(Items listed in a dataset)
[Start of section]

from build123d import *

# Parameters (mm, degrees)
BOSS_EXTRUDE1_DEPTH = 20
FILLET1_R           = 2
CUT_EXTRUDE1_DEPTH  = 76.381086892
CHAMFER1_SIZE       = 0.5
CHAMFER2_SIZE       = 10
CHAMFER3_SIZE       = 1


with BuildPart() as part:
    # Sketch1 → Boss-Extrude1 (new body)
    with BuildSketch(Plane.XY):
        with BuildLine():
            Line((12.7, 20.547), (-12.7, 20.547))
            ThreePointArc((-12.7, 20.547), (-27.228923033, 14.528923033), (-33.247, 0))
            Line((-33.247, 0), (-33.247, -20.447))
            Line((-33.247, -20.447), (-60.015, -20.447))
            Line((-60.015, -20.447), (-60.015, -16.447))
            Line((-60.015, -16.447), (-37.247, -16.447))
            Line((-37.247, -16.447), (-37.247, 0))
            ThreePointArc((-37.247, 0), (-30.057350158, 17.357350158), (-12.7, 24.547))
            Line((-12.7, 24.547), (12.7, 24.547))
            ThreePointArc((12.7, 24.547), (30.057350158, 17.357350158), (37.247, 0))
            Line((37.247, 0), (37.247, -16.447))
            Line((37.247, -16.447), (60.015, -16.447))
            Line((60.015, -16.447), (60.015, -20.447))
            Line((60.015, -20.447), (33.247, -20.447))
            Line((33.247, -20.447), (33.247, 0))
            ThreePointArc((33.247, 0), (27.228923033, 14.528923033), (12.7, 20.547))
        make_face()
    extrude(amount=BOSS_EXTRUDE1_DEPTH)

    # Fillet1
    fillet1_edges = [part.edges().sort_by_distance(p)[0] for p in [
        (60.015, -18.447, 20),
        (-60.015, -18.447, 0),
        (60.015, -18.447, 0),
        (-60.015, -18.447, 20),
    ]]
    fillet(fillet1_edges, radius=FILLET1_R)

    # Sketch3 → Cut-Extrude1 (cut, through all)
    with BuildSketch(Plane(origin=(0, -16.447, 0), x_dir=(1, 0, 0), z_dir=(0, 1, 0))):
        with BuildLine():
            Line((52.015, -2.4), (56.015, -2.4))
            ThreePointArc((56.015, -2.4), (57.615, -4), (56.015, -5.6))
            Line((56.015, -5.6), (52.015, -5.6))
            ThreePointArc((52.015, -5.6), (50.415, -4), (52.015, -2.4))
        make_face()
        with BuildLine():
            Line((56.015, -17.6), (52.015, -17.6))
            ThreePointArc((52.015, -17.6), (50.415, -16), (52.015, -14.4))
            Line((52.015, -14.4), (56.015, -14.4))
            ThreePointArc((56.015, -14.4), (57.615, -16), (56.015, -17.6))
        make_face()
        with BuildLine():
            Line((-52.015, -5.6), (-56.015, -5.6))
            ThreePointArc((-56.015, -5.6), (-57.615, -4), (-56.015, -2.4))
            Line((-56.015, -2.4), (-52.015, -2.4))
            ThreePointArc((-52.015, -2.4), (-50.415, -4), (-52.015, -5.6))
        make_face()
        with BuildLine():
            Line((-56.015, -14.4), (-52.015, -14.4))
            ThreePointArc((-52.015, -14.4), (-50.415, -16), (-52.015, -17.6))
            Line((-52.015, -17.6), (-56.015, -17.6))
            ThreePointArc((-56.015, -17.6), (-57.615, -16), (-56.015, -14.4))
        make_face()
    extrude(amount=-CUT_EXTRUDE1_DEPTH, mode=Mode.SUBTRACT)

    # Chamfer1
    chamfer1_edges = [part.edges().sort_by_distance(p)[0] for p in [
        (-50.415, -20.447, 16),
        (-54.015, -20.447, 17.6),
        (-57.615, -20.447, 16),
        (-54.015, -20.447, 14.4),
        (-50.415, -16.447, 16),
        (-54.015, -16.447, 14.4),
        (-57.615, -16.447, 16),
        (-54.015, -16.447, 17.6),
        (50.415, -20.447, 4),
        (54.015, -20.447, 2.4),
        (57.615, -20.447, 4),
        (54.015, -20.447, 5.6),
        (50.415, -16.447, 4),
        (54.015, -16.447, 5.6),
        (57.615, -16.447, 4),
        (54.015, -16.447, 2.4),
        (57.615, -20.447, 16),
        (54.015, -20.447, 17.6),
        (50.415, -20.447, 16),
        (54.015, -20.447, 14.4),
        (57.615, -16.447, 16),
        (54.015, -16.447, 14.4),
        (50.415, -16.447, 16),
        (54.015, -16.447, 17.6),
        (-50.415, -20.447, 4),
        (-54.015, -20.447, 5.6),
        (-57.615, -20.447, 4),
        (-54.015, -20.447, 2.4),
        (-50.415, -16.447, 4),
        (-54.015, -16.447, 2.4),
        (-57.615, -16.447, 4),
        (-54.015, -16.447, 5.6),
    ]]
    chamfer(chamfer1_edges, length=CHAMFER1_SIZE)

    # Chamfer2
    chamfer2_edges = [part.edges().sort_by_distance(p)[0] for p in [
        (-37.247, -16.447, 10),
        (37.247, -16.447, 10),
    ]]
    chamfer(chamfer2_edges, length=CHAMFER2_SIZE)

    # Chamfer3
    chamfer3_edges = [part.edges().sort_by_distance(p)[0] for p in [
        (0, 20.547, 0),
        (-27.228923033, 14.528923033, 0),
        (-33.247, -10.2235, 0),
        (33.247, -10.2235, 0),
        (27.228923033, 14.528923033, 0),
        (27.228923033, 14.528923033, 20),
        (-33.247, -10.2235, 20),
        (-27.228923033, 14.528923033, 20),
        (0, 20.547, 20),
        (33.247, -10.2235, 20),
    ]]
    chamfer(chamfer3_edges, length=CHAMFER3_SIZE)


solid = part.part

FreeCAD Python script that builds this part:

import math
import FreeCAD as App
import Part
import Sketcher

V = App.Vector


def edges_at(feature, points):
    """Names of the edges that pass closest to the given points."""
    edges = feature.Shape.Edges
    near = lambda p: min(range(len(edges)), key=lambda i: edges[i].distToShape(Part.Vertex(*p))[0])
    return sorted({f"Edge{near(p) + 1}" for p in points})

doc = App.newDocument("Part")
params = doc.addObject("Spreadsheet::Sheet", "Params")
for row, (alias, value) in enumerate([
    ("sketch1_height", "4 mm"),
    ("sketch1_width", "25.4 mm"),
    ("pad1_length", "20 mm"),
    ("fillet_radius", "2 mm"),
    ("sketch2_radius", "1.6 mm"),
    ("sketch2_width", "4 mm"),
    ("chamfer_size", "0.5 mm"),
    ("chamfer2_size", "10 mm"),
    ("chamfer3_size", "1 mm"),
], start=1):
    params.set(f"A{row}", alias)
    params.set(f"B{row}", "=" + value)
    params.setAlias(f"B{row}", alias)

body = doc.addObject("PartDesign::Body", "Body")

# Sketch on XY plane
sketch1 = body.newObject("Sketcher::SketchObject", "Sketch")
sketch1.AttachmentSupport = (doc.getObject("XY_Plane"), [""])
sketch1.MapMode = "FlatFace"
sketch1.addGeometry([
    Part.LineSegment(V(-12.7, 20.5, 0), V(12.7, 20.5, 0)),  # 0
    Part.ArcOfCircle(Part.Circle(V(12.7, 0, 0), V(0, 0, 1), 20.5), math.radians(0), math.radians(90)),  # 1
    Part.LineSegment(V(33.2, 0, 0), V(33.2, -20.4, 0)),  # 2
    Part.LineSegment(V(33.2, -20.4, 0), V(60, -20.4, 0)),  # 3
    Part.LineSegment(V(60, -20.4, 0), V(60, -16.4, 0)),  # 4
    Part.LineSegment(V(60, -16.4, 0), V(37.2, -16.4, 0)),  # 5
    Part.LineSegment(V(37.2, -16.4, 0), V(37.2, 0, 0)),  # 6
    Part.ArcOfCircle(Part.Circle(V(12.7, 0, 0), V(0, 0, 1), 24.5), math.radians(0), math.radians(90)),  # 7
    Part.LineSegment(V(12.7, 24.5, 0), V(-12.7, 24.5, 0)),  # 8
    Part.ArcOfCircle(Part.Circle(V(-12.7, 0, 0), V(0, 0, 1), 24.5), math.radians(90), math.radians(180)),  # 9
    Part.LineSegment(V(-37.2, 0, 0), V(-37.2, -16.4, 0)),  # 10
    Part.LineSegment(V(-37.2, -16.4, 0), V(-60, -16.4, 0)),  # 11
    Part.LineSegment(V(-60, -16.4, 0), V(-60, -20.4, 0)),  # 12
    Part.LineSegment(V(-60, -20.4, 0), V(-33.2, -20.4, 0)),  # 13
    Part.LineSegment(V(-33.2, -20.4, 0), V(-33.2, 0, 0)),  # 14
    Part.ArcOfCircle(Part.Circle(V(-12.7, 0, 0), V(0, 0, 1), 20.5), math.radians(90), math.radians(180)),  # 15
], False)
sketch1.addConstraint([
    Sketcher.Constraint("Tangent", 0, 2, 1, 2),
    Sketcher.Constraint("Tangent", 1, 1, 2, 1),
    Sketcher.Constraint("Coincident", 2, 2, 3, 1),
    Sketcher.Constraint("Coincident", 3, 2, 4, 1),
    Sketcher.Constraint("Coincident", 4, 2, 5, 1),
    Sketcher.Constraint("Coincident", 5, 2, 6, 1),
    Sketcher.Constraint("Tangent", 6, 2, 7, 1),
    Sketcher.Constraint("Tangent", 7, 2, 8, 1),
    Sketcher.Constraint("Tangent", 8, 2, 9, 1),
    Sketcher.Constraint("Tangent", 9, 2, 10, 1),
    Sketcher.Constraint("Coincident", 10, 2, 11, 1),
    Sketcher.Constraint("Coincident", 11, 2, 12, 1),
    Sketcher.Constraint("Coincident", 12, 2, 13, 1),
    Sketcher.Constraint("Coincident", 13, 2, 14, 1),
    Sketcher.Constraint("Tangent", 14, 2, 15, 2),
    Sketcher.Constraint("Tangent", 15, 1, 0, 1),
    Sketcher.Constraint("Horizontal", 0),
    Sketcher.Constraint("Vertical", 2),
    Sketcher.Constraint("Horizontal", 3),
    Sketcher.Constraint("Vertical", 4),
    Sketcher.Constraint("Horizontal", 5),
    Sketcher.Constraint("Vertical", 6),
    Sketcher.Constraint("Horizontal", 8),
    Sketcher.Constraint("Vertical", 10),
    Sketcher.Constraint("Horizontal", 11),
    Sketcher.Constraint("Vertical", 12),
    Sketcher.Constraint("Horizontal", 13),
    Sketcher.Constraint("Vertical", 14),
    Sketcher.Constraint("Coincident", 7, 3, 1, 3),
    Sketcher.Constraint("Coincident", 15, 3, 9, 3),
    Sketcher.Constraint("Equal", 7, 9),
    Sketcher.Constraint("Symmetric", 1, 3, 9, 3, -1, 1),
    Sketcher.Constraint("Symmetric", 4, 2, 11, 2, -2),
    Sketcher.Constraint("Horizontal", 3, 2, 12, 2),
    Sketcher.Constraint("DistanceY", 4, 1, 4, 2, 4.0),
    Sketcher.Constraint("DistanceX", 0, 1, 0, 2, 25.4),
    Sketcher.Constraint("Radius", 1, 20.547),
    Sketcher.Constraint("Radius", 7, 24.547),
    Sketcher.Constraint("DistanceX", 3, 1, 3, 2, 26.768),
    Sketcher.Constraint("DistanceY", 2, 2, 2, 1, 20.447),
])
sketch1.setExpression("Constraints[34]", "Params.sketch1_height")
sketch1.setExpression("Constraints[35]", "Params.sketch1_width")
pad1 = body.newObject("PartDesign::Pad", "Pad")
pad1.Profile = sketch1
pad1.setExpression("Length", "Params.pad1_length")
doc.recompute()

fillet = body.newObject("PartDesign::Fillet", "Fillet")
fillet.Base = (pad1, edges_at(pad1, [
    (60.015, -18.447, 20),
    (-60.015, -18.447, 0),
    (60.015, -18.447, 0),
    (-60.015, -18.447, 20),
]))
fillet.setExpression("Radius", "Params.fillet_radius")

# Sketch on XZ plane
sketch2 = body.newObject("Sketcher::SketchObject", "Sketch001")
sketch2.AttachmentSupport = (doc.getObject("XZ_Plane"), [""])
sketch2.MapMode = "FlatFace"
sketch2.AttachmentOffset = App.Placement(V(0, 0, 16.447), App.Rotation())
sketch2.addGeometry([
    Part.LineSegment(V(56, 2.4, 0), V(52, 2.4, 0)),  # 0
    Part.ArcOfCircle(Part.Circle(V(52, 4, 0), V(0, 0, 1), 1.6), math.radians(90), math.radians(270)),  # 1
    Part.LineSegment(V(52, 5.6, 0), V(56, 5.6, 0)),  # 2
    Part.ArcOfCircle(Part.Circle(V(56, 4, 0), V(0, 0, 1), 1.6), math.radians(-90), math.radians(90)),  # 3
    Part.LineSegment(V(52, 17.6, 0), V(56, 17.6, 0)),  # 4
    Part.ArcOfCircle(Part.Circle(V(56, 16, 0), V(0, 0, 1), 1.6), math.radians(-90), math.radians(90)),  # 5
    Part.LineSegment(V(56, 14.4, 0), V(52, 14.4, 0)),  # 6
    Part.ArcOfCircle(Part.Circle(V(52, 16, 0), V(0, 0, 1), 1.6), math.radians(90), math.radians(270)),  # 7
    Part.LineSegment(V(-56, 5.6, 0), V(-52, 5.6, 0)),  # 8
    Part.ArcOfCircle(Part.Circle(V(-52, 4, 0), V(0, 0, 1), 1.6), math.radians(-90), math.radians(90)),  # 9
    Part.LineSegment(V(-52, 2.4, 0), V(-56, 2.4, 0)),  # 10
    Part.ArcOfCircle(Part.Circle(V(-56, 4, 0), V(0, 0, 1), 1.6), math.radians(90), math.radians(270)),  # 11
    Part.LineSegment(V(-52, 14.4, 0), V(-56, 14.4, 0)),  # 12
    Part.ArcOfCircle(Part.Circle(V(-56, 16, 0), V(0, 0, 1), 1.6), math.radians(90), math.radians(270)),  # 13
    Part.LineSegment(V(-56, 17.6, 0), V(-52, 17.6, 0)),  # 14
    Part.ArcOfCircle(Part.Circle(V(-52, 16, 0), V(0, 0, 1), 1.6), math.radians(-90), math.radians(90)),  # 15
], False)
sketch2.addConstraint([
    Sketcher.Constraint("Tangent", 0, 2, 1, 2),
    Sketcher.Constraint("Tangent", 1, 1, 2, 1),
    Sketcher.Constraint("Tangent", 2, 2, 3, 2),
    Sketcher.Constraint("Tangent", 3, 1, 0, 1),
    Sketcher.Constraint("Tangent", 4, 2, 5, 2),
    Sketcher.Constraint("Tangent", 5, 1, 6, 1),
    Sketcher.Constraint("Tangent", 6, 2, 7, 2),
    Sketcher.Constraint("Tangent", 7, 1, 4, 1),
    Sketcher.Constraint("Tangent", 8, 2, 9, 2),
    Sketcher.Constraint("Tangent", 9, 1, 10, 1),
    Sketcher.Constraint("Tangent", 10, 2, 11, 2),
    Sketcher.Constraint("Tangent", 11, 1, 8, 1),
    Sketcher.Constraint("Tangent", 12, 2, 13, 2),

[End of section]

● **Goal of the exercise**:
Copy out only the lines of the records above from the one with "Line((-37.247, -16.447), (-37.247, 0))" through the one with "ThreePointArc((52.015, -17.6), (50.415, -16), (52.015, -14.4))", exactly as they stand, both included.

● **Task answer**:
            Line((-37.247, -16.447), (-37.247, 0))
            ThreePointArc((-37.247, 0), (-30.057350158, 17.357350158), (-12.7, 24.547))
            Line((-12.7, 24.547), (12.7, 24.547))
            ThreePointArc((12.7, 24.547), (30.057350158, 17.357350158), (37.247, 0))
            Line((37.247, 0), (37.247, -16.447))
            Line((37.247, -16.447), (60.015, -16.447))
            Line((60.015, -16.447), (60.015, -20.447))
            Line((60.015, -20.447), (33.247, -20.447))
            Line((33.247, -20.447), (33.247, 0))
            ThreePointArc((33.247, 0), (27.228923033, 14.528923033), (12.7, 20.547))
        make_face()
    extrude(amount=BOSS_EXTRUDE1_DEPTH)

    # Fillet1
    fillet1_edges = [part.edges().sort_by_distance(p)[0] for p in [
        (60.015, -18.447, 20),
        (-60.015, -18.447, 0),
        (60.015, -18.447, 0),
        (-60.015, -18.447, 20),
    ]]
    fillet(fillet1_edges, radius=FILLET1_R)

    # Sketch3 → Cut-Extrude1 (cut, through all)
    with BuildSketch(Plane(origin=(0, -16.447, 0), x_dir=(1, 0, 0), z_dir=(0, 1, 0))):
        with BuildLine():
            Line((52.015, -2.4), (56.015, -2.4))
            ThreePointArc((56.015, -2.4), (57.615, -4), (56.015, -5.6))
            Line((56.015, -5.6), (52.015, -5.6))
            ThreePointArc((52.015, -5.6), (50.415, -4), (52.015, -2.4))
        make_face()
        with BuildLine():
            Line((56.015, -17.6), (52.015, -17.6))
            ThreePointArc((52.015, -17.6), (50.415, -16), (52.015, -14.4))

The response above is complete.